Gabriele Gori has been in the sterile Pharmaceutical/Vaccine/Medical Device business since 1994 – in different local and global roles in multinational companies, including, Bausch & Lomb, Chiron, Novartis, GlaxoSmithKline, Thermo Fisher Scientific, Zambon and Biogen. His experience covers R&D, Engineering, Validation, Quality Control, Quality Assurance, GXP Compliance and Auditing, Quality Operations and includes senior roles e.g. Global Head of Quality for Zambon and Biogen, and the leading of teams of more than 500 associates located in multiple countries across the globe. Currently Gabriele is providing support to the Pharma and Medical Device industry as a consultant.

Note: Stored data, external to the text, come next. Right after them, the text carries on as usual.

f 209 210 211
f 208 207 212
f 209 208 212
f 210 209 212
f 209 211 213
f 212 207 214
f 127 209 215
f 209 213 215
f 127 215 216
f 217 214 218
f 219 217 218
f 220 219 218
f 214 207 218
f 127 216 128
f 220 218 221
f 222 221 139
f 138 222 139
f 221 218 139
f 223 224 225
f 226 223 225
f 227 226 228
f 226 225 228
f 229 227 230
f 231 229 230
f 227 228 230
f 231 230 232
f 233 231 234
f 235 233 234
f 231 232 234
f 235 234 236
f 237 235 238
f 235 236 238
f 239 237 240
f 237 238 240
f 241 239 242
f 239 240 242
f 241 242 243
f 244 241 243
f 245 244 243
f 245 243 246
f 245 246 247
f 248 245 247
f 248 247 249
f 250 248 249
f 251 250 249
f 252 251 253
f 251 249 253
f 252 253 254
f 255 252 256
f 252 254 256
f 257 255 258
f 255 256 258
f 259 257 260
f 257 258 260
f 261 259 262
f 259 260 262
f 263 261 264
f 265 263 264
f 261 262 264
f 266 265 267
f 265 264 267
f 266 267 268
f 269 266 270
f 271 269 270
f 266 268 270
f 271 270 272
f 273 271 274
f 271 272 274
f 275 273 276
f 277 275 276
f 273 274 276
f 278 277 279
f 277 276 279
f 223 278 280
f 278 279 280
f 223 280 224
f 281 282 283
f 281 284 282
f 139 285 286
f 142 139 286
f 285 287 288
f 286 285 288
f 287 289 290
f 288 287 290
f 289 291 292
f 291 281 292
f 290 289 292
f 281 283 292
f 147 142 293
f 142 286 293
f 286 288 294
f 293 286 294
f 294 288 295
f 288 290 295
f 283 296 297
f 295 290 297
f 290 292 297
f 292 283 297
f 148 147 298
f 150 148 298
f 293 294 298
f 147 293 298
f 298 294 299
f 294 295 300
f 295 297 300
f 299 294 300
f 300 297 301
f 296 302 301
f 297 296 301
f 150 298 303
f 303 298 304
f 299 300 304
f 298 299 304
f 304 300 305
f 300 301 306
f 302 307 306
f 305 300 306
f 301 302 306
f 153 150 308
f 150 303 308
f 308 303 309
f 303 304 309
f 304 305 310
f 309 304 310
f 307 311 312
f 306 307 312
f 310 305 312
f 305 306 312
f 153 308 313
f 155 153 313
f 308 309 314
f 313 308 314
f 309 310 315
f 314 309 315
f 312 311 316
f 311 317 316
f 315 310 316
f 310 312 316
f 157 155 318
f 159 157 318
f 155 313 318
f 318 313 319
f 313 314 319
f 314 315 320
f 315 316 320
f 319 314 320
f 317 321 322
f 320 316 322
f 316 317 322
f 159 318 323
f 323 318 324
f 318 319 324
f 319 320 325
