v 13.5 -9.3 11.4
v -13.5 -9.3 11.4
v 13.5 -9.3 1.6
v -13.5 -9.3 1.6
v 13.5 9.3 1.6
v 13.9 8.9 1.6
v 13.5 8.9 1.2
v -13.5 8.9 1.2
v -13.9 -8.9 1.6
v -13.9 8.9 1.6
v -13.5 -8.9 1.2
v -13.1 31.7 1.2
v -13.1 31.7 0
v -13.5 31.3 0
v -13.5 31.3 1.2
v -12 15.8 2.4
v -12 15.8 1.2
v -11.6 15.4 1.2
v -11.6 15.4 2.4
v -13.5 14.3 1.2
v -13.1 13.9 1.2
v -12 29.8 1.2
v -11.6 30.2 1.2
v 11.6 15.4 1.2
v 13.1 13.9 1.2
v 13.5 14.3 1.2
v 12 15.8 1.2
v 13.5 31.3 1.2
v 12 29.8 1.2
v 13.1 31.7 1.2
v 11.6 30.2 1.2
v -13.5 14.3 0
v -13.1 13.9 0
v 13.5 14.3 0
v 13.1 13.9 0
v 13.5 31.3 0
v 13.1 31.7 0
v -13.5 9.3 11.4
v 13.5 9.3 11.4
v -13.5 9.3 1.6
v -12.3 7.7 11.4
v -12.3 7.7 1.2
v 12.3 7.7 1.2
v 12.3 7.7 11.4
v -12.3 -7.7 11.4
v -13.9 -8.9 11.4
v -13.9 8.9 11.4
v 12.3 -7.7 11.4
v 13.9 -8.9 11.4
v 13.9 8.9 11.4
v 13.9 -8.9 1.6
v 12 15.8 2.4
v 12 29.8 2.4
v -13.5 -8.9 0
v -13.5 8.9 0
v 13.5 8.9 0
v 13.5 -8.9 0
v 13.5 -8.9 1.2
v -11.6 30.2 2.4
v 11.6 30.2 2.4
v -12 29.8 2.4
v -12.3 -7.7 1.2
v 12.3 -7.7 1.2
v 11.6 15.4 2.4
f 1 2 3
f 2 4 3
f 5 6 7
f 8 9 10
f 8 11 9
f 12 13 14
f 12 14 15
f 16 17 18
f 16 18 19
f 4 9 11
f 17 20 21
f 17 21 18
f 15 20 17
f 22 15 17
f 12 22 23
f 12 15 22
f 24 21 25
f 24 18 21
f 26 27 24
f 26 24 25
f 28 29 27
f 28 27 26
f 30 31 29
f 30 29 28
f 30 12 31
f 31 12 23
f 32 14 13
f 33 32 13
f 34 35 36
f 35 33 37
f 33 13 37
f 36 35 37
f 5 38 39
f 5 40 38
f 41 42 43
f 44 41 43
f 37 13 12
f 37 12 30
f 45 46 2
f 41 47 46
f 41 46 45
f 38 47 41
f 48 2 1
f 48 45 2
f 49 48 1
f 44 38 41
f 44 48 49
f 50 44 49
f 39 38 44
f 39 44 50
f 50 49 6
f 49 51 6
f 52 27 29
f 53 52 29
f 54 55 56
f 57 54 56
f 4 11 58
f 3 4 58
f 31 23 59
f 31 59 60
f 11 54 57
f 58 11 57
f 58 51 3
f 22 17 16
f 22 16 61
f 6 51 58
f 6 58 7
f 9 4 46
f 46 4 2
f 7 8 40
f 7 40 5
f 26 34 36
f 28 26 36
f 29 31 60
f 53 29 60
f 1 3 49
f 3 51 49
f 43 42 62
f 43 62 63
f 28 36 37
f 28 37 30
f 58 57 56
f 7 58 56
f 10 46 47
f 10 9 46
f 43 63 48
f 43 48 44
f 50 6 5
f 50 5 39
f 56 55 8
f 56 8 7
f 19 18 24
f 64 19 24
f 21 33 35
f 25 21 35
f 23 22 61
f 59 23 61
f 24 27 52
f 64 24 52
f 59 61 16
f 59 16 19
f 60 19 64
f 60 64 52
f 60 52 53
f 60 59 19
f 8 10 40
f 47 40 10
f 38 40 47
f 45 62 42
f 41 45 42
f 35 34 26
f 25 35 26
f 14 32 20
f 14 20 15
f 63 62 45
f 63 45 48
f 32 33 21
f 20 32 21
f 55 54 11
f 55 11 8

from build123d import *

# Parameters (mm, degrees)
F0_W      = 27
F0_H      = 17.8
F1_DEPTH  = 1.2
F2_W      = 27.8
F2_H      = 18.6
F2_W_2    = 27
F2_H_2    = 17.8
F2_W_3    = 24.6
F2_H_3    = 15.4
F3_DEPTH  = 10.2
F4_W      = 24
F4_H      = 14.8
F5_DEPTH  = 1.2
F6_SIZE   = 0.39999
F6_2_SIZE = 0.39999


# Not quite as in the source:
# - a fillet or chamfer is up to 0.001 mm smaller than in the source, because OpenCascade refuses the exact size


with BuildPart() as f1:
    # F0 (on Top) → F1 (new body)
    with BuildSketch(Plane.XY):
        Rectangle(F0_W, F0_H)
    extrude(amount=F1_DEPTH)

    # F2 (on face) → F3 (join)
    with BuildSketch(Plane.XY.offset(1.2)):
        Rectangle(F2_W, F2_H)
        Rectangle(F2_W_2, F2_H_2, mode=Mode.SUBTRACT)
        Rectangle(F2_W_2, F2_H_2)
        Rectangle(F2_W_3, F2_H_3, mode=Mode.SUBTRACT)
    extrude(amount=F3_DEPTH)

    # F6 (size 0.4 in the source; OpenCascade refuses exactly that, so slightly less here)
    f6_edges = [f1.edges().sort_by_distance(p)[0] for p in [
        (-13.9, 0, 1.2),
        (-13.9, -9.3, 6.3),
        (-13.9, 9.3, 6.3),
        (13.9, -9.3, 6.3),
        (13.9, 0, 1.2),
        (13.9, 9.3, 6.3),
        (0, 9.3, 1.2),
        (0, -9.3, 1.2),
    ]]
    chamfer(f6_edges, length=F6_SIZE)


with BuildPart() as f1b:
    # F0 (on Top) → F1, piece 2 (new body)
    with BuildSketch(Plane.XY):
        with Locations((0, 22.8)):
            Rectangle(F0_W, F0_H)
    extrude(amount=F1_DEPTH)

    # F4 (on face) → F5 (join)
    with BuildSketch(Plane.XY.offset(1.2)):
        with Locations((0, 22.8)):
            Rectangle(F4_W, F4_H)
    extrude(amount=F5_DEPTH)

    # F6#2 (size 0.4 in the source; OpenCascade refuses exactly that, so slightly less here)
    f6_2_edges = [f1b.edges().sort_by_distance(p)[0] for p in [
        (13.5, 31.7, 0.6),
        (12, 30.2, 1.8),
        (12, 15.4, 1.8),
        (13.5, 13.9, 0.6),
        (-13.5, 31.7, 0.6),
        (-12, 30.2, 1.8),
        (-13.5, 13.9, 0.6),
        (-12, 15.4, 1.8),
    ]]
    chamfer(f6_2_edges, length=F6_2_SIZE)


solid = Compound([f1.part, f1b.part])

Sterility Assurance and GMP Compliance expert, Gabriele is currently the Chair of the Science Advisory Board (SAB) of the Parenteral Drug Association (PDA): invited speaker in international conferences and workshops on topics dealing with Aseptic Processing, Quality Systems and GMP Compliance, he also provided training to inspectors of European National Health Authorities. He has been further supporting the Industry concerning the review and commenting of the revised EU GMP Annex 1 by co-chairing a dedicated PDA Subject Matter Expert team. Gabriele holds a bachelor in Chemistry (University of Florence – Italy) and a master in Quality Management (University of Pisa/Consorzio Qualital – Italy).